Murphy claimed the covert recordings showed Hutch had authority over the AK-47 rifles used in the attack and was seeking someone to assist in defusing the aftermath of the very serious situation that developed.

She said that Hutch was talking about the movement of the weapons at a crucial time in which they ultimately ended up in transit and were seized by gardai from convicted IRA man Shane Rowan just two days later.

Murphy said there was “no denial or pushback” from Hutch in the audio against implications that he was centrally involved in the Regency attack.

Defence

However, Hutch’s barrister senior counsel Brendan Grehan argued in his closing address that the prosecution case against his client stands or falls on whether the Special Criminal Court can believe the evidence of the “proven and admitted liar and perjurer” Jonathan Dowdall.

Grehan told the court that Dowdall is a “master manipulator” who decided he would give evidence against Mr Hutch to get his own charge of murdering David Byrne dropped.

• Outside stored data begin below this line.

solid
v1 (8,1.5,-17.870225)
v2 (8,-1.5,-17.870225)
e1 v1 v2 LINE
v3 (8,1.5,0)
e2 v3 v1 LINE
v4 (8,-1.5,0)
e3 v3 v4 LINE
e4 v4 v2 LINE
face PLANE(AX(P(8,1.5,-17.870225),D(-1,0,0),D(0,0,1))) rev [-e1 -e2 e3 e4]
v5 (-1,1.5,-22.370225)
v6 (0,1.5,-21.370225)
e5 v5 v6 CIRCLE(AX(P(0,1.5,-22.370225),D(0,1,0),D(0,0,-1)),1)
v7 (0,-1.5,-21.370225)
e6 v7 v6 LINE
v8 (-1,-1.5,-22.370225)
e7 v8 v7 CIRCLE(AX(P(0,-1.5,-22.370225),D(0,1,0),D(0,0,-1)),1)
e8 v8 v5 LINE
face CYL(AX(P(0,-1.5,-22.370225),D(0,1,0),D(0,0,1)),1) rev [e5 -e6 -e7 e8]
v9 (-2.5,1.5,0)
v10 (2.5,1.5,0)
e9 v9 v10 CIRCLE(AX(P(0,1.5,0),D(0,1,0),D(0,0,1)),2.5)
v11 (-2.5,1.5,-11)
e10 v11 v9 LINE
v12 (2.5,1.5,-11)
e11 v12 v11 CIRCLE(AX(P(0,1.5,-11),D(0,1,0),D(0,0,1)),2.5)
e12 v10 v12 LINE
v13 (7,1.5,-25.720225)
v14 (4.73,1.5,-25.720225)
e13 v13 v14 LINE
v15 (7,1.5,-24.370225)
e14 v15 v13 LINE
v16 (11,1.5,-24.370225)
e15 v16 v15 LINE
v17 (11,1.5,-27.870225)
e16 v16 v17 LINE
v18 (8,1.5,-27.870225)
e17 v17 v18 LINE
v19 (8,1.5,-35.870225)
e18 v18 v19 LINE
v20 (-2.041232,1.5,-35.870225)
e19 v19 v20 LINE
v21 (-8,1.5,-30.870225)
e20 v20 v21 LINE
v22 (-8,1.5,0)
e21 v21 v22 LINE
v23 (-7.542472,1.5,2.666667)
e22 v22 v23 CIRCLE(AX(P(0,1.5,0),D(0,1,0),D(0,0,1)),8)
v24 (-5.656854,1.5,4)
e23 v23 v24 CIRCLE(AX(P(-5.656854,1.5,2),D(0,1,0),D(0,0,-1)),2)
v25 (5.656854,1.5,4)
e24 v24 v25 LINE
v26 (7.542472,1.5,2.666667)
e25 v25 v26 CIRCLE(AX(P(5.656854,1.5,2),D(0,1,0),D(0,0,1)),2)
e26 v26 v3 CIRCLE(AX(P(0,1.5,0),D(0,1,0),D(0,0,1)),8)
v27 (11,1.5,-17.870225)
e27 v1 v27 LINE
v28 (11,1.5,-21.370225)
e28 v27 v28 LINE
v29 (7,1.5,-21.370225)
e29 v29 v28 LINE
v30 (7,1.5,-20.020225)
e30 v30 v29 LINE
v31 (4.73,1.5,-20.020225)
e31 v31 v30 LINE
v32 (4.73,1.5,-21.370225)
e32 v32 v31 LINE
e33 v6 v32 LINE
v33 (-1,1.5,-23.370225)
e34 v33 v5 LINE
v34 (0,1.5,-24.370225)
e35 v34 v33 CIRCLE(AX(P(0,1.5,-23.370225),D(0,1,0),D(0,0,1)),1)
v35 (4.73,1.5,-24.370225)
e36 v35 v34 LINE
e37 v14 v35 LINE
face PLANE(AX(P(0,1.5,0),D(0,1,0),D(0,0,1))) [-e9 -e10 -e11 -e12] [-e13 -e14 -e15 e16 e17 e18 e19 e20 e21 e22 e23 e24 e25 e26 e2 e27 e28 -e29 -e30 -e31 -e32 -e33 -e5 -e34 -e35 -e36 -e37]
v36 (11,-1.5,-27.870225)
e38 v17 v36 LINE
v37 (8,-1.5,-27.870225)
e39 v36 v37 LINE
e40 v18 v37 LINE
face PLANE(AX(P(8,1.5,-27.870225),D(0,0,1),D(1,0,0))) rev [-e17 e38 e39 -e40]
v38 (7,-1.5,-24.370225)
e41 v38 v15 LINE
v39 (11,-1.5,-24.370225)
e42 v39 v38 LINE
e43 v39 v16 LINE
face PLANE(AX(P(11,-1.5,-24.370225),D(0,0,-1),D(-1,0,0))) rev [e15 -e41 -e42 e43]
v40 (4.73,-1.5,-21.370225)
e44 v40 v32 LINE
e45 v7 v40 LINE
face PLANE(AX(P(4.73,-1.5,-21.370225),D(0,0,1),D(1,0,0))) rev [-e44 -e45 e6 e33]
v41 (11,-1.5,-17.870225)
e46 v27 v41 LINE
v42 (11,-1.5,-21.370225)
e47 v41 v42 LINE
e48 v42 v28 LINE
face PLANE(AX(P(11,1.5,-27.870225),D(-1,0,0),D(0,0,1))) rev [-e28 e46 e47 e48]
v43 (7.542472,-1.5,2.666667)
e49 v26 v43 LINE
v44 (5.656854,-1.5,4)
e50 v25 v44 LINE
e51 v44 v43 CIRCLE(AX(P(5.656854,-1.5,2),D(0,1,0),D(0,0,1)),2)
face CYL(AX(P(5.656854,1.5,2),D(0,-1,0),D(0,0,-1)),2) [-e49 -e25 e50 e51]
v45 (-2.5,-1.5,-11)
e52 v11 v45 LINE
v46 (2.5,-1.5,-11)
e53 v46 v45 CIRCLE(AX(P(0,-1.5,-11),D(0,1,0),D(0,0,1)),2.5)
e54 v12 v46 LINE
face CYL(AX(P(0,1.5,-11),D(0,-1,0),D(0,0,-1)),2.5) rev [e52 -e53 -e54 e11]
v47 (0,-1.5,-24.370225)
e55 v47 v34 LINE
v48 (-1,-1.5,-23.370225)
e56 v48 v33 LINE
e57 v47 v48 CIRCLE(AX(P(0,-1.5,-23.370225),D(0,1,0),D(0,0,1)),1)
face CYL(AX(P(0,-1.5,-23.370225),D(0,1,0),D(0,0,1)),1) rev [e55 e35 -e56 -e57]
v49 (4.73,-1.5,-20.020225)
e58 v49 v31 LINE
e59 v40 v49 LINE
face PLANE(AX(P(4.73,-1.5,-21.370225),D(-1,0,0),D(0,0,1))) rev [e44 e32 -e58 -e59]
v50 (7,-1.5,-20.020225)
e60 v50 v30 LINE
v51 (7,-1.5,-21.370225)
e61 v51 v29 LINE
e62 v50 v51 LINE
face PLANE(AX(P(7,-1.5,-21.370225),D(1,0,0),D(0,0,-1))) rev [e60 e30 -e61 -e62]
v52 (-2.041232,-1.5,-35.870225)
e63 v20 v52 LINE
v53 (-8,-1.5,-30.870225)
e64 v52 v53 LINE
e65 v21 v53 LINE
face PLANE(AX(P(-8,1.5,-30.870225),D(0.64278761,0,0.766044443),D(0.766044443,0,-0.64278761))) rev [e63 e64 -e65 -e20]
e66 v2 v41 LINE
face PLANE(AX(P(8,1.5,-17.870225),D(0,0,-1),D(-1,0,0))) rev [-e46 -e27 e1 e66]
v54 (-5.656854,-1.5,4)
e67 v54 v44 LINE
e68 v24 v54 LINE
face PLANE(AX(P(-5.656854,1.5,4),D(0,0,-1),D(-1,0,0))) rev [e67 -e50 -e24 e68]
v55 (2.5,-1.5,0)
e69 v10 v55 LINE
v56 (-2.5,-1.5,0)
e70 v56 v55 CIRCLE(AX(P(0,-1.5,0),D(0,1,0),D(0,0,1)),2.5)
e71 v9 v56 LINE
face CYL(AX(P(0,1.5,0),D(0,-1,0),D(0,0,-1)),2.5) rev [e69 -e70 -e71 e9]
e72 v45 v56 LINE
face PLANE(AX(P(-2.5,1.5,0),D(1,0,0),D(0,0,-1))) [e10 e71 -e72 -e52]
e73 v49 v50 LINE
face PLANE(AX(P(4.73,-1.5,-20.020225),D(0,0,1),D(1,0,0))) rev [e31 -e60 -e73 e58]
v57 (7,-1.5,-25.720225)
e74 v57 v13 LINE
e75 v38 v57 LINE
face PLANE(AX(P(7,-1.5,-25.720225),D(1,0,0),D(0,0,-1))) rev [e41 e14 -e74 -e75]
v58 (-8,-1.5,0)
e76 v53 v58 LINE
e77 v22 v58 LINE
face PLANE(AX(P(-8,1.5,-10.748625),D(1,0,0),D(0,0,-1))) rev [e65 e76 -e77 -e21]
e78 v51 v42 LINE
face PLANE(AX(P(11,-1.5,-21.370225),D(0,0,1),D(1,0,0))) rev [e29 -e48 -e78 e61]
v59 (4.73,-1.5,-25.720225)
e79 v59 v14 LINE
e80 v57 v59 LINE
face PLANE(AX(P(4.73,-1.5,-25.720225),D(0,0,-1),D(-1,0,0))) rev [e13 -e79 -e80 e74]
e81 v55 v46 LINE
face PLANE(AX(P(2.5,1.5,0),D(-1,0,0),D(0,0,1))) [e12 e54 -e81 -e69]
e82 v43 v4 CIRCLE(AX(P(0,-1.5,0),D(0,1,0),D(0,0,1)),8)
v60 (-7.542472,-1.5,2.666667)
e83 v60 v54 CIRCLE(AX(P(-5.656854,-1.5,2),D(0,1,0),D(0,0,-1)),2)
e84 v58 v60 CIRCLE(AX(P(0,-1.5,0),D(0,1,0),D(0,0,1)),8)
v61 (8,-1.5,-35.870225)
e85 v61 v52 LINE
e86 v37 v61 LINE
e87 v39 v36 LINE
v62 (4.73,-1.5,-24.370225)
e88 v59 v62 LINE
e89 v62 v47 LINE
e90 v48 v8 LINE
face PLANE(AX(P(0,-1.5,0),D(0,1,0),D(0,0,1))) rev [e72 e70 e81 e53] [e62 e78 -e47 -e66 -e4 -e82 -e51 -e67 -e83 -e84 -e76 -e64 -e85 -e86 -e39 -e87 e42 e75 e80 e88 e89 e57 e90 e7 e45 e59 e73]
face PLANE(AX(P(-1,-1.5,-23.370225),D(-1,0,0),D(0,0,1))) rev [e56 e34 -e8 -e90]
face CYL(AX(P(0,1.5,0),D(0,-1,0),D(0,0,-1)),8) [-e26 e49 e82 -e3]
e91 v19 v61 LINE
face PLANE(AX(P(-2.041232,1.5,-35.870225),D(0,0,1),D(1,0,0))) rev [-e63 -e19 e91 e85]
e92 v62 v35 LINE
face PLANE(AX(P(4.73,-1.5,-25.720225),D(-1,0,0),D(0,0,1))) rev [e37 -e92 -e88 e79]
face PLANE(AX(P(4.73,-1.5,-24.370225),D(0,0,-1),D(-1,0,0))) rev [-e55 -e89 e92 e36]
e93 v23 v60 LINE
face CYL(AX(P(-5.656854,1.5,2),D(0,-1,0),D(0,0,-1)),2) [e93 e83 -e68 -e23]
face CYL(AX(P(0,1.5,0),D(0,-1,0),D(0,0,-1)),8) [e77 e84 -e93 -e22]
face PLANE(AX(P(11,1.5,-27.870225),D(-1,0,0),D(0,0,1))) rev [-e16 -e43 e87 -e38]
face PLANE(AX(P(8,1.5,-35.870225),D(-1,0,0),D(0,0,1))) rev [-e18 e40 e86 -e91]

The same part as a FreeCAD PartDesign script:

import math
import FreeCAD as App
import Part
import Sketcher
Q = App.Units.Quantity

doc = App.newDocument("Part")
body = doc.addObject("PartDesign::Body", "Body")

# Sketch on XZ plane
sketch1 = doc.addObject("Sketcher::SketchObject", "Sketch")
body.addObject(sketch1)
sketch1.AttachmentSupport = (doc.XZ_Plane, [""])
sketch1.MapMode = "FlatFace"
sketch1.addGeometry([
    Part.LineSegment(App.Vector(-2, -35.9, 0), App.Vector(-8, -30.9, 0)),  # 0
    Part.LineSegment(App.Vector(-8, -30.9, 0), App.Vector(-8, 0, 0)),  # 1
    Part.ArcOfCircle(Part.Circle(App.Vector(0, 0, 0), App.Vector(0, 0, 1), 8), math.radians(160.53), math.radians(180)),  # 2
    Part.ArcOfCircle(Part.Circle(App.Vector(-5.7, 2, 0), App.Vector(0, 0, 1), 2), math.radians(90), math.radians(161)),  # 3
    Part.LineSegment(App.Vector(-5.7, 4, 0), App.Vector(5.7, 4, 0)),  # 4
    Part.ArcOfCircle(Part.Circle(App.Vector(5.7, 2, 0), App.Vector(0, 0, 1), 2), math.radians(19), math.radians(90)),  # 5
    Part.ArcOfCircle(Part.Circle(App.Vector(0, 0, 0), App.Vector(0, 0, 1), 8), math.radians(0), math.radians(19.47)),  # 6
    Part.LineSegment(App.Vector(8, 0, 0), App.Vector(8, -17.9, 0)),  # 7
    Part.LineSegment(App.Vector(8, -17.9, 0), App.Vector(11, -17.9, 0)),  # 8
    Part.LineSegment(App.Vector(11, -17.9, 0), App.Vector(11, -27.9, 0)),  # 9
    Part.LineSegment(App.Vector(11, -27.9, 0), App.Vector(8, -27.9, 0)),  # 10
    Part.LineSegment(App.Vector(8, -27.9, 0), App.Vector(8, -35.9, 0)),  # 11
    Part.LineSegment(App.Vector(8, -35.9, 0), App.Vector(-2, -35.9, 0)),  # 12
    Part.LineSegment(App.Vector(-2.5, 0, 0), App.Vector(-2.5, -11, 0)),  # 13
    Part.ArcOfCircle(Part.Circle(App.Vector(0, -11, 0), App.Vector(0, 0, 1), 2.5), math.radians(180), math.radians(360)),  # 14
    Part.LineSegment(App.Vector(2.5, -11, 0), App.Vector(2.5, 0, 0)),  # 15
    Part.ArcOfCircle(Part.Circle(App.Vector(0, 0, 0), App.Vector(0, 0, 1), 2.5), math.radians(0), math.radians(180)),  # 16
], False)
sketch1.addConstraint([
    Sketcher.Constraint("Coincident", 0, 2, 1, 1),
    Sketcher.Constraint("Tangent", 1, 2, 2, 2),
    Sketcher.Constraint("Tangent", 2, 1, 3, 2),
    Sketcher.Constraint("Tangent", 3, 1, 4, 1),
    Sketcher.Constraint("Tangent", 4, 2, 5, 2),
    Sketcher.Constraint("Tangent", 5, 1, 6, 2),
    Sketcher.Constraint("Tangent", 6, 1, 7, 1),
    Sketcher.Constraint("Coincident", 7, 2, 8, 1),
    Sketcher.Constraint("Coincident", 8, 2, 9, 1),
    Sketcher.Constraint("Coincident", 9, 2, 10, 1),
    Sketcher.Constraint("Coincident", 10, 2, 11, 1),
    Sketcher.Constraint("Coincident", 11, 2, 12, 1),
    Sketcher.Constraint("Coincident", 12, 2, 0, 1),
    Sketcher.Constraint("Tangent", 13, 2, 14, 1),
    Sketcher.Constraint("Tangent", 14, 2, 15, 1),
    Sketcher.Constraint("Tangent", 15, 2, 16, 1),
    Sketcher.Constraint("Tangent", 16, 2, 13, 1),
    Sketcher.Constraint("Vertical", 1),
    Sketcher.Constraint("Horizontal", 4),
    Sketcher.Constraint("Vertical", 7),
    Sketcher.Constraint("Horizontal", 8),
    Sketcher.Constraint("Vertical", 9),
    Sketcher.Constraint("Horizontal", 10),
    Sketcher.Constraint("Vertical", 11),
    Sketcher.Constraint("Horizontal", 12),
    Sketcher.Constraint("Vertical", 13),
    Sketcher.Constraint("Vertical", 15),
    Sketcher.Constraint("Coincident", 2, 3, -1, 1),
    Sketcher.Constraint("Coincident", 6, 3, -1, 1),
    Sketcher.Constraint("Coincident", 16, 3, -1, 1),
    Sketcher.Constraint("Equal", 3, 5),
    Sketcher.Constraint("Equal", 2, 6),
    Sketcher.Constraint("Vertical", 7, 2, 10, 2),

The defence barrister said the only evidence against Hutch, besides Dowdall’s “flawed” testimony, is the eight-hour audio recording of conversations between Hutch and Dowdall in which the prosecution alleges the accused made tacit admissions about his role in the shooting at the Regency Hotel.

Grehan submitted: “I challenge anyone to find any unambiguous admission to involvement in the Regency anywhere in the transcript.”